*What you need to do:*
In the listing below, start your output at the line with "f 169 159 170" and end it after the line with "f 275 270 69", copying every line exactly.

*Information shown:*
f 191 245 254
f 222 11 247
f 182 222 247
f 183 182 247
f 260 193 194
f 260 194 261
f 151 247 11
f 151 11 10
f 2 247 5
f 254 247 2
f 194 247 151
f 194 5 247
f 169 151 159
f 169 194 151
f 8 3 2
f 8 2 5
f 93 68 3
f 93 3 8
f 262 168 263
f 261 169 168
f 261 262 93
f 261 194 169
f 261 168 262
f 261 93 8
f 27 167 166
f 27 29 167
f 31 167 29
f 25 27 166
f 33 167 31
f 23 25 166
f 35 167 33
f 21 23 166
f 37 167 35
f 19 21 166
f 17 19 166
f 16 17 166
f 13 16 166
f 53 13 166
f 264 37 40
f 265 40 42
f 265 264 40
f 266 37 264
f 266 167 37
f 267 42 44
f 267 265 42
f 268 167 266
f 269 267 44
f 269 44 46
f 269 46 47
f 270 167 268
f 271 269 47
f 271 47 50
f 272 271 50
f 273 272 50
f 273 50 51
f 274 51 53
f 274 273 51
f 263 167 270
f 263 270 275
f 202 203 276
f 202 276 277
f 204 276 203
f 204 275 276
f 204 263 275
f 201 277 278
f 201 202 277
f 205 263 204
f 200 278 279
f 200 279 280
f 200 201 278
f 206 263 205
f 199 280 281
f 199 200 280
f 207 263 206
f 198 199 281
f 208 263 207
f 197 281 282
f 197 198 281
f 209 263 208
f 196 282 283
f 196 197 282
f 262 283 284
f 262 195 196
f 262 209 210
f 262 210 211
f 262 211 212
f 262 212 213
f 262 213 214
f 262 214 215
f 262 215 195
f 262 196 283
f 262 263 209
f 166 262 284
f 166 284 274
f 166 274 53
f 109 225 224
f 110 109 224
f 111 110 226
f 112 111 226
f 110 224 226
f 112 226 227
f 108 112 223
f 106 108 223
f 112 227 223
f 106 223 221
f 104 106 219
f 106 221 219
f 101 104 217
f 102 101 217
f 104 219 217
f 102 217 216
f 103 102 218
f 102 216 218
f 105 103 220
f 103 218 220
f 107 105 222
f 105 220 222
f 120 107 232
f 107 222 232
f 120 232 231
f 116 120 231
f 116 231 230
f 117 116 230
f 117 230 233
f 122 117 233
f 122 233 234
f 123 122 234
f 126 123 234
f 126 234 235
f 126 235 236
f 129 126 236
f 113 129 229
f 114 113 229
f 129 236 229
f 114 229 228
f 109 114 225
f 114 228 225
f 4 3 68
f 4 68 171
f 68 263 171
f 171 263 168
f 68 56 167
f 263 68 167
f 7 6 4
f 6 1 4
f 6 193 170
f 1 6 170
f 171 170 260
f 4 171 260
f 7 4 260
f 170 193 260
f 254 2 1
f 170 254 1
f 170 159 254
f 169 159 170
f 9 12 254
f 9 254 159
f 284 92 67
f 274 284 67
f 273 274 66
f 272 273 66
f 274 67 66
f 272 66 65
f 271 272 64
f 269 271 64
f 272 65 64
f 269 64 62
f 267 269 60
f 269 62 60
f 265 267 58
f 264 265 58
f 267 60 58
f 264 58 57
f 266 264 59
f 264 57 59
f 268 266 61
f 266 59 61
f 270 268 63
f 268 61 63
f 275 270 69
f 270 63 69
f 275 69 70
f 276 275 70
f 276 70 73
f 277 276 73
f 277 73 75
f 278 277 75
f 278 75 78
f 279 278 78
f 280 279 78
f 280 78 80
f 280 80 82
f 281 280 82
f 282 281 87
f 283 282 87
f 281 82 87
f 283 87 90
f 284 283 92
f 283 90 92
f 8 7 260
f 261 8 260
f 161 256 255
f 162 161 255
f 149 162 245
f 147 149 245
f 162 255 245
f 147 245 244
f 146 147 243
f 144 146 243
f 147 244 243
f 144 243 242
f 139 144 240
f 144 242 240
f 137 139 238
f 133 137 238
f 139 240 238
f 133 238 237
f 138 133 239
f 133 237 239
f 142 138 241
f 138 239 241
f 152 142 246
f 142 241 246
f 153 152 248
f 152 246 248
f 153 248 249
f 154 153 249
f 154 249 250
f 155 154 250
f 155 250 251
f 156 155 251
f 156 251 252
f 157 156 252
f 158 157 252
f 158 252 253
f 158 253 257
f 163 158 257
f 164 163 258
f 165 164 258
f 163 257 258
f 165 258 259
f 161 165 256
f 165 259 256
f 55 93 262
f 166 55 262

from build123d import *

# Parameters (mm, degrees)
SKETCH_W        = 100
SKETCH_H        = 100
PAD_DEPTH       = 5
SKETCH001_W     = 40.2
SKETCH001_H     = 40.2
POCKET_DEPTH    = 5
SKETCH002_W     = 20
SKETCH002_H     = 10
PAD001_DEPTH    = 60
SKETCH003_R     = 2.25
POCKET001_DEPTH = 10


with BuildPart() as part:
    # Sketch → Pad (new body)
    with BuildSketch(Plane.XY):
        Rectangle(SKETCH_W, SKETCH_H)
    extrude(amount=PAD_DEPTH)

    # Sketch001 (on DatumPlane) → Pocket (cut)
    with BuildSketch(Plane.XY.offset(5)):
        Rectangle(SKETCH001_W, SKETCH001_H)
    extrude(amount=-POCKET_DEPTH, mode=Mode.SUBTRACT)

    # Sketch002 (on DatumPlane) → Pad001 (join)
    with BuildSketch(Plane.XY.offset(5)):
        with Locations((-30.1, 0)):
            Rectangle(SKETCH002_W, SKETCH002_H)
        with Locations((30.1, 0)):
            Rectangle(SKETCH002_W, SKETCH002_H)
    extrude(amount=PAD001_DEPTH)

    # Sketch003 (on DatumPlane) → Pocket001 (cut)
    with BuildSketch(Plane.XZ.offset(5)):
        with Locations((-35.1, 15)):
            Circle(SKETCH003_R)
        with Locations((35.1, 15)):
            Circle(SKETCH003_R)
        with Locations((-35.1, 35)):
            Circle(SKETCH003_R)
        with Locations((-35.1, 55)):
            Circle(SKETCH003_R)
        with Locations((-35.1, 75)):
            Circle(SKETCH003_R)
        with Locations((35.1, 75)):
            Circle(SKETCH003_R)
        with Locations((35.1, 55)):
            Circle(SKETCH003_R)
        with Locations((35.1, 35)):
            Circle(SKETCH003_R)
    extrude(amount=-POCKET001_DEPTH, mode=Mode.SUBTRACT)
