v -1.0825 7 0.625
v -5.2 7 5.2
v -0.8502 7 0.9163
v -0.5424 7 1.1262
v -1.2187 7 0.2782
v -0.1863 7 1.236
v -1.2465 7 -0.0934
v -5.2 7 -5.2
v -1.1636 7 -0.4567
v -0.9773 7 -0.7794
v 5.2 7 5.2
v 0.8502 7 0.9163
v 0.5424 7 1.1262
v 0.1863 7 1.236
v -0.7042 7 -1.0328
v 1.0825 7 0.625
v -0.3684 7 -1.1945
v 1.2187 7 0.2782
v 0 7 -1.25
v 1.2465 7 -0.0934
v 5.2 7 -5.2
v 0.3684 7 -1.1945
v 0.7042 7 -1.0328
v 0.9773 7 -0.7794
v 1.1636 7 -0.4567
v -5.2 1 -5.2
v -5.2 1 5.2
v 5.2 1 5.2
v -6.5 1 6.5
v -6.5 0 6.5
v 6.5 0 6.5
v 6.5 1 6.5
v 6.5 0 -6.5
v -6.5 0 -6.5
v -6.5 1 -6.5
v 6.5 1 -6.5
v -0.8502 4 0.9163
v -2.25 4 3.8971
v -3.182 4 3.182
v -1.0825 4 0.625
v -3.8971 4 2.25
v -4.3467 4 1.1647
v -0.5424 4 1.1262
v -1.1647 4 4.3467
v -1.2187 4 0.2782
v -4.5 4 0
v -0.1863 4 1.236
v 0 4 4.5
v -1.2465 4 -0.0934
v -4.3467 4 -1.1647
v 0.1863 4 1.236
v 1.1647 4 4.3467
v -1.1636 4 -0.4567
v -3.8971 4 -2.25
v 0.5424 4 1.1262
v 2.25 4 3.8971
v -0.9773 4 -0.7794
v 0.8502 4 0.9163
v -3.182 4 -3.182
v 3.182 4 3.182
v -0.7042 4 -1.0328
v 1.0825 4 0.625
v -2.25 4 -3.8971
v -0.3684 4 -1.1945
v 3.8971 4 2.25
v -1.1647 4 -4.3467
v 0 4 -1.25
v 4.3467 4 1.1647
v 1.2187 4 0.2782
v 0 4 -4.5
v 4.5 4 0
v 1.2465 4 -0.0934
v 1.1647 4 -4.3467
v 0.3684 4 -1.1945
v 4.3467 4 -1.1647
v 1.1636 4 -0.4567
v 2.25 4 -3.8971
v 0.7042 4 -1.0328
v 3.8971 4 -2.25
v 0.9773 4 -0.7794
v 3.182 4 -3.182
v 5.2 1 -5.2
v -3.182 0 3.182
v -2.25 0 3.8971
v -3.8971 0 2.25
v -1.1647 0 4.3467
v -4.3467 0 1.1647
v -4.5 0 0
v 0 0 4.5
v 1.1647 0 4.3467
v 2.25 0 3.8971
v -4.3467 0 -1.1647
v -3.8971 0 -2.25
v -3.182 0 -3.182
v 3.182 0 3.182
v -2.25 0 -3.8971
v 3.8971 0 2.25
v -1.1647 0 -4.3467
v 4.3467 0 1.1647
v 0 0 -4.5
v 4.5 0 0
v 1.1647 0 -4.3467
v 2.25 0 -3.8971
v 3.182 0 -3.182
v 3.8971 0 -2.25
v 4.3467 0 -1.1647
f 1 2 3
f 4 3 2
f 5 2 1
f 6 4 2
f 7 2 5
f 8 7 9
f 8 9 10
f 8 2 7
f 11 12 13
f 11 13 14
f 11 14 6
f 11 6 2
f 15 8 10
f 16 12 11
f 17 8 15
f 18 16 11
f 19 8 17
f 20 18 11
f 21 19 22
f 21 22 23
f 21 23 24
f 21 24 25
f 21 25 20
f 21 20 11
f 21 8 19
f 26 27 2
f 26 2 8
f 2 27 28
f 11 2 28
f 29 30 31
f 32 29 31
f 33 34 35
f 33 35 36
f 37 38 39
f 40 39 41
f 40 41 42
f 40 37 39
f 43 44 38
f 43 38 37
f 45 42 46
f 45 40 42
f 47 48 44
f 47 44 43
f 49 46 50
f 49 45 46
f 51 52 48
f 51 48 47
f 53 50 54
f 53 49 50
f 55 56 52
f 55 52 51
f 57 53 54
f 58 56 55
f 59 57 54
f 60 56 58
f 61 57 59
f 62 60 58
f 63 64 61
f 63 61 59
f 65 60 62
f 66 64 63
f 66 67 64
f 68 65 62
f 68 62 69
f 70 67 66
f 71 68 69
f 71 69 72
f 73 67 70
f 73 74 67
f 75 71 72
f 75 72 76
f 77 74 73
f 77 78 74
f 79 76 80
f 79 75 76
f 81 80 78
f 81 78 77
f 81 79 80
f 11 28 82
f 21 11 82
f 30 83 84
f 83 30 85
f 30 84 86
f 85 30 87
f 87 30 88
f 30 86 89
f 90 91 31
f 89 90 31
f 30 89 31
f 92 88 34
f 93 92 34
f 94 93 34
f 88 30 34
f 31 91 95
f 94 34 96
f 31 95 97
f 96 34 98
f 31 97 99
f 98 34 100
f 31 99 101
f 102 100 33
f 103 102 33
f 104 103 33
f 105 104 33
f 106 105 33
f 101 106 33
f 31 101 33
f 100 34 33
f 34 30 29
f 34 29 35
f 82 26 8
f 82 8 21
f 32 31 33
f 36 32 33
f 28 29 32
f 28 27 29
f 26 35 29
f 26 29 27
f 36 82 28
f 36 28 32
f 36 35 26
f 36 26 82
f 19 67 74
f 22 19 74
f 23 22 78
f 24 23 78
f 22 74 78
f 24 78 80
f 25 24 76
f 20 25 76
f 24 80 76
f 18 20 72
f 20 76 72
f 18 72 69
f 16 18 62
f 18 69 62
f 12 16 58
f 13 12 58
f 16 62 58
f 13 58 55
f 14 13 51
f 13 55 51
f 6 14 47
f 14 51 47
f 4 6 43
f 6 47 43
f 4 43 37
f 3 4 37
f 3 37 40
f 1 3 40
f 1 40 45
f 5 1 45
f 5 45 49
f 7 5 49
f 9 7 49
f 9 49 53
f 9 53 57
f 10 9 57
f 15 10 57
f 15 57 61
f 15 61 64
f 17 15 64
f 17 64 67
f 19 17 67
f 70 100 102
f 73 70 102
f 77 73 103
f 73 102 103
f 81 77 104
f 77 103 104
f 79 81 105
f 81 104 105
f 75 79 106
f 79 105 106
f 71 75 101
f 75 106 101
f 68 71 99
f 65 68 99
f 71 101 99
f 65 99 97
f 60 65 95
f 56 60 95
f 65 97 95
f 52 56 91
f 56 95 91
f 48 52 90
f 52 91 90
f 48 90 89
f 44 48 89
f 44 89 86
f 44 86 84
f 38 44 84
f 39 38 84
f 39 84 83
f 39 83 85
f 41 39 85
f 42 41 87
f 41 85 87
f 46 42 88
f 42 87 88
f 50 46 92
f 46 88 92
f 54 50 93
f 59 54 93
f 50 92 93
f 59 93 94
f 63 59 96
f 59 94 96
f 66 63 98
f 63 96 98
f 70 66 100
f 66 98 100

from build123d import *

# Parameters (mm, degrees)
SKETCH1_W           = 13
SKETCH1_H           = 13
BOSS_EXTRUDE1_DEPTH = 1
SKETCH2_W           = 10.4
SKETCH2_H           = 10.4
BOSS_EXTRUDE2_DEPTH = 6
SKETCH3_R           = 4.5
CUT_EXTRUDE1_DEPTH  = 4
SKETCH4_R           = 1.25
CUT_EXTRUDE2_DEPTH  = 11.024968828


with BuildPart() as part:
    # Sketch1 → Boss-Extrude1 (new body)
    with BuildSketch(Plane(origin=(0, 0, 0), x_dir=(1, 0, 0), z_dir=(0, 1, 0))):
        Rectangle(SKETCH1_W, SKETCH1_H)
    extrude(amount=BOSS_EXTRUDE1_DEPTH)

    # Sketch2 → Boss-Extrude2 (add)
    with BuildSketch(Plane(origin=(0, 1, 0), x_dir=(1, 0, 0), z_dir=(0, 1, 0))):
        Rectangle(SKETCH2_W, SKETCH2_H)
    extrude(amount=BOSS_EXTRUDE2_DEPTH)

    # Sketch3 → Cut-Extrude1 (cut)
    with BuildSketch(Plane.XZ):
        with Locations(Location((0, 0, 0), (0, 0, 270))):
            Circle(SKETCH3_R)
    extrude(amount=-CUT_EXTRUDE1_DEPTH, mode=Mode.SUBTRACT)

    # Sketch4 → Cut-Extrude2 (cut, through all)
    with BuildSketch(Plane.XZ.offset(-4)):
        with Locations(Location((0, 0, 0), (0, 0, 270))):
            Circle(SKETCH4_R)
    extrude(amount=-CUT_EXTRUDE2_DEPTH, mode=Mode.SUBTRACT)


solid = part.part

*Output of the exercise:*
f 169 159 170
f 9 12 254
f 9 254 159
f 284 92 67
f 274 284 67
f 273 274 66
f 272 273 66
f 274 67 66
f 272 66 65
f 271 272 64
f 269 271 64
f 272 65 64
f 269 64 62
f 267 269 60
f 269 62 60
f 265 267 58
f 264 265 58
f 267 60 58
f 264 58 57
f 266 264 59
f 264 57 59
f 268 266 61
f 266 59 61
f 270 268 63
f 268 61 63
f 275 270 69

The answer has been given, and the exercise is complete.